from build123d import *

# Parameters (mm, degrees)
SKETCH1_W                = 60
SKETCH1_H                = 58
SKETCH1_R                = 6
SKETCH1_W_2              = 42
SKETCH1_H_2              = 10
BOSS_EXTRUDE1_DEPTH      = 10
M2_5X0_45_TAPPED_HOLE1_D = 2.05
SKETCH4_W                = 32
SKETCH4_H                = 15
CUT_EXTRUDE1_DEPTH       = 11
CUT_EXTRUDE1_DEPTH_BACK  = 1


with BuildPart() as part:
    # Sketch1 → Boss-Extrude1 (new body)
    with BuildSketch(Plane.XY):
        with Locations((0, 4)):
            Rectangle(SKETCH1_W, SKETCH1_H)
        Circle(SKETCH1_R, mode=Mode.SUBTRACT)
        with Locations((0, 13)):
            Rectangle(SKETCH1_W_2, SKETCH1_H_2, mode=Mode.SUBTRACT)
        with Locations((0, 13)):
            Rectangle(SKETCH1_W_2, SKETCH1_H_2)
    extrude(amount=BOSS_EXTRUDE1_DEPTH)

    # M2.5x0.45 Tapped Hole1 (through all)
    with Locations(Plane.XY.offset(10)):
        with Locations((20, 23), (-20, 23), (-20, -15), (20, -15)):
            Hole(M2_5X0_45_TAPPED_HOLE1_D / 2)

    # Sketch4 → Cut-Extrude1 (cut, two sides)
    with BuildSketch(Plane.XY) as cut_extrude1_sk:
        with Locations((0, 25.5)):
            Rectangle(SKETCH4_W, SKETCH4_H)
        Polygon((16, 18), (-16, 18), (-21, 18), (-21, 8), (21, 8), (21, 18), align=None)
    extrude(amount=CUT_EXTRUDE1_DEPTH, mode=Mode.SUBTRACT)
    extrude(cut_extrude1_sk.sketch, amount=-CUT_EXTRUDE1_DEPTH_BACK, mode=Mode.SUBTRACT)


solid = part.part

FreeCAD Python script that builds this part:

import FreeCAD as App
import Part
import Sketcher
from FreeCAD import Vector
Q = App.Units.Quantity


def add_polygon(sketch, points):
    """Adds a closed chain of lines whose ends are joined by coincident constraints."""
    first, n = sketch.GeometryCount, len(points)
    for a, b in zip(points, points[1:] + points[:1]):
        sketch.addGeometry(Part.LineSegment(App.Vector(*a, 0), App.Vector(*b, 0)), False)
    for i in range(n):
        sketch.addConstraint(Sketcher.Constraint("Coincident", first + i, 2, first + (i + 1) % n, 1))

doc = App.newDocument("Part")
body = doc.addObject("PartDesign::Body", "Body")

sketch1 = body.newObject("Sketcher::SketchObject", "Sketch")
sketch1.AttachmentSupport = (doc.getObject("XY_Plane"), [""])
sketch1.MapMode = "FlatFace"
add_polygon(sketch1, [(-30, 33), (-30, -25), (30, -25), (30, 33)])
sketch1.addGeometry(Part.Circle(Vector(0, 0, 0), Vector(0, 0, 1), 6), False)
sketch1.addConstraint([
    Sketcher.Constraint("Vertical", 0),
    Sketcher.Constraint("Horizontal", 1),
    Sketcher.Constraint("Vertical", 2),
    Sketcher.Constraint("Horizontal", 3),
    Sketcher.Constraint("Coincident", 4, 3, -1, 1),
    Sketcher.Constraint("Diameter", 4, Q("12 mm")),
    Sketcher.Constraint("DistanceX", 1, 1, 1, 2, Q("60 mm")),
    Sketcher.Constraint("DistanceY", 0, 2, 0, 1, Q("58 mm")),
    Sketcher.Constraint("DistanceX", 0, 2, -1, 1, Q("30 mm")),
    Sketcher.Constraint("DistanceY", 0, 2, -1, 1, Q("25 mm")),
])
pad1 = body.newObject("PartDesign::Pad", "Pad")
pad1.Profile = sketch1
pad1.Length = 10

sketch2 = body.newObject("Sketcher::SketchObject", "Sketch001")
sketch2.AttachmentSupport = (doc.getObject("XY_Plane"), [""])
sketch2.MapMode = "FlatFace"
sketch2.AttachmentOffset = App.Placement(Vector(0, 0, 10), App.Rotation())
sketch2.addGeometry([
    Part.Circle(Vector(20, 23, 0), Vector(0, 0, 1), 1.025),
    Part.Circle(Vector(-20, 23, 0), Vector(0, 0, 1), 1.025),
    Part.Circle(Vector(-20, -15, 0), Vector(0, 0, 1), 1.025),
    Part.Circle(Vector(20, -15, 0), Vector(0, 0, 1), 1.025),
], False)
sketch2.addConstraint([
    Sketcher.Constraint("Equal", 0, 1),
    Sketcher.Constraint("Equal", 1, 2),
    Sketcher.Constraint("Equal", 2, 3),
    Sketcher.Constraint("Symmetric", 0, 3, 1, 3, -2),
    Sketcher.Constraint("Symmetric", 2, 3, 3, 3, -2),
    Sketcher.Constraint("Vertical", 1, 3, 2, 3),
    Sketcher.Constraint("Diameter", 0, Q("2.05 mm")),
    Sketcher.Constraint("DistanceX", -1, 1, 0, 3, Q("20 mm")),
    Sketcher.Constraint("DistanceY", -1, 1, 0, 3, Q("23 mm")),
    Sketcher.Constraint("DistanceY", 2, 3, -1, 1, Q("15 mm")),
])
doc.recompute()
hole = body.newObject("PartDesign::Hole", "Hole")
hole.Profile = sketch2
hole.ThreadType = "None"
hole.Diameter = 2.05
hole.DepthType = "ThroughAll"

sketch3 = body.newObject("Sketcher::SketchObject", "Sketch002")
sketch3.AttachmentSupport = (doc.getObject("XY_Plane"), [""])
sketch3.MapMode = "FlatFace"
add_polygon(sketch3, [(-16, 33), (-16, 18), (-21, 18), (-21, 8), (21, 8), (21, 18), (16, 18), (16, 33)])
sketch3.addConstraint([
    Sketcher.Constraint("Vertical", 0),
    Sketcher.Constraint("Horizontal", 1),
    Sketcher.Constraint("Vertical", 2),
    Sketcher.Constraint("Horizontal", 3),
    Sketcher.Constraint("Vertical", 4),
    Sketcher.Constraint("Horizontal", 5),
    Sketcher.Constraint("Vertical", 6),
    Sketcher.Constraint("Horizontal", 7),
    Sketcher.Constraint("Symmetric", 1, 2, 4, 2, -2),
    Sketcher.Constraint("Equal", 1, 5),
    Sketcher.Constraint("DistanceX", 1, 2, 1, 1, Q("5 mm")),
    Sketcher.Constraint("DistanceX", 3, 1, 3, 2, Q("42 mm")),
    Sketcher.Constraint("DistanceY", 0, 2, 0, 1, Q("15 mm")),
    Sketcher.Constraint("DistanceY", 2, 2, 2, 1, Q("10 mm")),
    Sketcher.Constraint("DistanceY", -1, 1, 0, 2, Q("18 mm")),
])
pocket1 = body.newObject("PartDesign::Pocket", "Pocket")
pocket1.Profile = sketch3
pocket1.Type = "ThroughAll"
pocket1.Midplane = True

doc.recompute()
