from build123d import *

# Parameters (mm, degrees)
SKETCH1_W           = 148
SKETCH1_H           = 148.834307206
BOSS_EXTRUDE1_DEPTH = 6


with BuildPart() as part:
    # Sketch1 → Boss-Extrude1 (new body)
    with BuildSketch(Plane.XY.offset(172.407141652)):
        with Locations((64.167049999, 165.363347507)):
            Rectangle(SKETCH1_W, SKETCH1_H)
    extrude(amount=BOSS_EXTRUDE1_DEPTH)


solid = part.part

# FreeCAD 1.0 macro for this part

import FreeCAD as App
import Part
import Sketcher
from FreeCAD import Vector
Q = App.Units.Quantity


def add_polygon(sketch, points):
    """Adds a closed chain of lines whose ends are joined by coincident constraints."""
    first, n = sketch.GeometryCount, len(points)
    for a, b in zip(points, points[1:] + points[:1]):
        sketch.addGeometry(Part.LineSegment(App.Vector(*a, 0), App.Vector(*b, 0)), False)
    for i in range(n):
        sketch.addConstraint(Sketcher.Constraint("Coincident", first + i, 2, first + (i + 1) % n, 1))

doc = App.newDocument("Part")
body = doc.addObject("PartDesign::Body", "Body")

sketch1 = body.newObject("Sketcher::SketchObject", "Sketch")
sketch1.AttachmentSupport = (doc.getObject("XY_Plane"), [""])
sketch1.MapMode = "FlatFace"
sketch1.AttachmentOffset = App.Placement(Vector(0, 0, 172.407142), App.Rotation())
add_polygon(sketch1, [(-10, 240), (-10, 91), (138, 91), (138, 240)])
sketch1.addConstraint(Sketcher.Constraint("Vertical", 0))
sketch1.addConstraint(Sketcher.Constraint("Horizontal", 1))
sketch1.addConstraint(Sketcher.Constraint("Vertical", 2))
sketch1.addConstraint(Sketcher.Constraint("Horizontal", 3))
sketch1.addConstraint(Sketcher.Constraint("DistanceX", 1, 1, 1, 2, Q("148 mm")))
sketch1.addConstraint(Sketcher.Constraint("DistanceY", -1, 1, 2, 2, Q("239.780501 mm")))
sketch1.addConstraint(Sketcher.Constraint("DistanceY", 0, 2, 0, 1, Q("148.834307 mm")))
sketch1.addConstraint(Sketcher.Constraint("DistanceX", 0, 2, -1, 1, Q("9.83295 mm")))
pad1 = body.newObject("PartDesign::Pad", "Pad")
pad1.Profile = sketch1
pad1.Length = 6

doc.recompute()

ACTIVITY. When you come to the line containing "FreeCAD Python script", give it and stop; before that, repeat each line of the material exactly from the first one.

ANSWER SECTION.
from build123d import *

# Parameters (mm, degrees)
SKETCH1_W                = 60
SKETCH1_H                = 58
SKETCH1_R                = 6
SKETCH1_W_2              = 42
SKETCH1_H_2              = 10
BOSS_EXTRUDE1_DEPTH      = 10
M2_5X0_45_TAPPED_HOLE1_D = 2.05
SKETCH4_W                = 32
SKETCH4_H                = 15
CUT_EXTRUDE1_DEPTH       = 11
CUT_EXTRUDE1_DEPTH_BACK  = 1


with BuildPart() as part:
    # Sketch1 → Boss-Extrude1 (new body)
    with BuildSketch(Plane.XY):
        with Locations((0, 4)):
            Rectangle(SKETCH1_W, SKETCH1_H)
        Circle(SKETCH1_R, mode=Mode.SUBTRACT)
        with Locations((0, 13)):
            Rectangle(SKETCH1_W_2, SKETCH1_H_2, mode=Mode.SUBTRACT)
        with Locations((0, 13)):
            Rectangle(SKETCH1_W_2, SKETCH1_H_2)
    extrude(amount=BOSS_EXTRUDE1_DEPTH)

    # M2.5x0.45 Tapped Hole1 (through all)
    with Locations(Plane.XY.offset(10)):
        with Locations((20, 23), (-20, 23), (-20, -15), (20, -15)):
            Hole(M2_5X0_45_TAPPED_HOLE1_D / 2)

    # Sketch4 → Cut-Extrude1 (cut, two sides)
    with BuildSketch(Plane.XY) as cut_extrude1_sk:
        with Locations((0, 25.5)):
            Rectangle(SKETCH4_W, SKETCH4_H)
        Polygon((16, 18), (-16, 18), (-21, 18), (-21, 8), (21, 8), (21, 18), align=None)
    extrude(amount=CUT_EXTRUDE1_DEPTH, mode=Mode.SUBTRACT)
    extrude(cut_extrude1_sk.sketch, amount=-CUT_EXTRUDE1_DEPTH_BACK, mode=Mode.SUBTRACT)


solid = part.part

FreeCAD Python script that builds this part:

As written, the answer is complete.